Two of the kits will remain in their care to be used in educational programs – which, if the caretakers come to realize that these are babies and need to nurse for 6 more weeks and be treated with waterproofing or at least dried off with a cozy towel then they might live long enough to help. Certainly Georgia needs education about the role beavers play in the ecosystem and their importance for rivers and streams. Georgia is the state where the Clemson Pond Leveler was invented lo these many years ago, and certainly has a few folks who know a thing or two about beavers. But its also a state where they paid a bounty for tails and encouraged folks to keep them in their freezer until officials could get around to paying for the deaths. So it’s safe to say they need some education.

No word yet on the fate of third kit, and that’s a little creepy in itself. I will write them with some information and hope for the best.

UPDATE: Good News from the Responsible Folks at Chehaw….

Thank you for your resources! I know our Education Coordinator, Jackie, has been in contact with several zoos and rehabilitation centers (including your own) trying to make sure our beavers receive the best possible care! As an AZA accredited Zoo, they have received both expert veterinary and daily care. They will indeed play an important role in educating the public about ways to coexist with beavers and other native animals. I will make sure Jackie receives these links.

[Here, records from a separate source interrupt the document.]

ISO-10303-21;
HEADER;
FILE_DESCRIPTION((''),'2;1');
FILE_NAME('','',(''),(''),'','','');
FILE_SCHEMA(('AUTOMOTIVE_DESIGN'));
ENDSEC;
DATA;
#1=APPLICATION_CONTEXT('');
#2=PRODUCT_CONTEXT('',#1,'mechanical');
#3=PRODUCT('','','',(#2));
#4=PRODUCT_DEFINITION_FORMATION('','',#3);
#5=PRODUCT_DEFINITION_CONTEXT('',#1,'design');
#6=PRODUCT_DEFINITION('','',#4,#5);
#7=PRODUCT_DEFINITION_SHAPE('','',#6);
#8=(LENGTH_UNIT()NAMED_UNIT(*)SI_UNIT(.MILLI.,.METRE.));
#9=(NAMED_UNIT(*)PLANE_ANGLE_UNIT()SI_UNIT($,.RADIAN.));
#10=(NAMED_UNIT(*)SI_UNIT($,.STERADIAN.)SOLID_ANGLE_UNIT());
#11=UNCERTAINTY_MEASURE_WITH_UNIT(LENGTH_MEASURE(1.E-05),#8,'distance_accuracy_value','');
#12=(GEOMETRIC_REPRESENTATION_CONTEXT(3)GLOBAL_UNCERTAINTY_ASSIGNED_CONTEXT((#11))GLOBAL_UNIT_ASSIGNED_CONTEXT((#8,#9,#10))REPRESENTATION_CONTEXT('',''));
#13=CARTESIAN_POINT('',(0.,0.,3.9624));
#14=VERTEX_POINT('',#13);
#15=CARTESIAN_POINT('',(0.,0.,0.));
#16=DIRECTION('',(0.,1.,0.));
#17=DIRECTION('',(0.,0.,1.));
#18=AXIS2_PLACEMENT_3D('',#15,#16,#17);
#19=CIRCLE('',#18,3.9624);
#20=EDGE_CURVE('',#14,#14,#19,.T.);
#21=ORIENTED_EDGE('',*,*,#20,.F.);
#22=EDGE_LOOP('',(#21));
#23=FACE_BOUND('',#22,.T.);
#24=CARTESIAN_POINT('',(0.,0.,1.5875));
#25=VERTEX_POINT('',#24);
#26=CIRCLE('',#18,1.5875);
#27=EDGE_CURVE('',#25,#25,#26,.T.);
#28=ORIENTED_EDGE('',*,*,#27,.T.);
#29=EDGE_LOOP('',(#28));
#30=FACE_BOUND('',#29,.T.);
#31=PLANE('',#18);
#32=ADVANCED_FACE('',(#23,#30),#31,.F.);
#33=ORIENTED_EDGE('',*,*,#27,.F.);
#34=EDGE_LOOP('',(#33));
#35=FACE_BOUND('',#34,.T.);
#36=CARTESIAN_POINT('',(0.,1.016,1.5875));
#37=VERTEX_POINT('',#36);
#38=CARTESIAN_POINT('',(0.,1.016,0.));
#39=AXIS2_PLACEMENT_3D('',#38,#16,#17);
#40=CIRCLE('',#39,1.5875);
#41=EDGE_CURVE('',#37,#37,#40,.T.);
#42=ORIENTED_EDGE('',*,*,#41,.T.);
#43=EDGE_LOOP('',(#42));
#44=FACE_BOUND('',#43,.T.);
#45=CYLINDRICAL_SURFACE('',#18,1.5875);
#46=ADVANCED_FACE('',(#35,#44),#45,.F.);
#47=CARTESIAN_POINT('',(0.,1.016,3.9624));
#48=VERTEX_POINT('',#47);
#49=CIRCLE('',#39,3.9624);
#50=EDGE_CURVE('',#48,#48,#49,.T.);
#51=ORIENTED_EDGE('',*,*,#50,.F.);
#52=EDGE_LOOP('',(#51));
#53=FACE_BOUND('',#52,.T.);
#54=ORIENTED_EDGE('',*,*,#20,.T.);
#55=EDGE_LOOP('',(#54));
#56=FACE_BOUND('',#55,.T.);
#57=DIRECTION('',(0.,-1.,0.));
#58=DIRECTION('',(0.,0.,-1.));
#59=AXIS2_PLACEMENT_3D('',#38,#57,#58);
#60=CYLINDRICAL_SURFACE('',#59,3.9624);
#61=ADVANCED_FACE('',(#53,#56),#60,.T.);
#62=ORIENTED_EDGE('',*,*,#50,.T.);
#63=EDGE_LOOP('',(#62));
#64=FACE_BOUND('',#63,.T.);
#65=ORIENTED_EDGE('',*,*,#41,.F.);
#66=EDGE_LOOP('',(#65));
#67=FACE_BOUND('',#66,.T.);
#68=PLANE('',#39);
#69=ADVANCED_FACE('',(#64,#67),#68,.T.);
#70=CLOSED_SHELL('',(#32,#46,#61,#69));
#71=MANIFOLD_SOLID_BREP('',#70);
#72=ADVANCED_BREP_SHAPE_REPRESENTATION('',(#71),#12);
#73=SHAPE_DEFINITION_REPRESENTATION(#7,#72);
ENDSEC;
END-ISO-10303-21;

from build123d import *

# Parameters (mm, degrees)
SKETCH1_R           = 3.9624
BOSS_EXTRUDE1_DEPTH = 1.016
SKETCH5_R           = 1.5875
CUT_EXTRUDE1_DEPTH  = 2.016


with BuildPart() as part:
    # Sketch1 → Boss-Extrude1 (new body)
    with BuildSketch(Plane(origin=(0, 0, 0), x_dir=(1, 0, 0), z_dir=(0, 1, 0))):
        Circle(SKETCH1_R)
    extrude(amount=BOSS_EXTRUDE1_DEPTH)

    # Sketch5 → Cut-Extrude1 (cut, through all)
    with BuildSketch(Plane(origin=(0, 1.016, 0), x_dir=(-1, 0, 0), z_dir=(0, 1, 0))):
        Circle(SKETCH5_R)
    extrude(amount=-CUT_EXTRUDE1_DEPTH, mode=Mode.SUBTRACT)


solid = part.part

We received the beavers over four weeks ago and were told they were about 2-3 weeks old at that time. Before deciding to acquire the beavers, we carefully considered their husbandry needs as both kits and adults. While I cannot attest for their care before they arrived, I can assure you that all of their needs are now being met. They are being bottle fed around the clock with rehab-recommended formula (from the care sheet on your website). Their bottle feeding schedule and implementation of solid foods was researched through a number of different zoos and rehab facilities. They have even begun to eat solids including Mazuri Rodent Pellets, carrots, and apples. The current temperature here in southwest Georgia is about 80 degrees during the day, and after each swim, I can assure you they are thoroughly towel dried. They are regularly checked by our staff veterinarians and have been accurately sexed as female. As for the third kit, she will find a wonderful home at another zoo with a colony of beavers. Hopefully all three will help educate people about living with beavers.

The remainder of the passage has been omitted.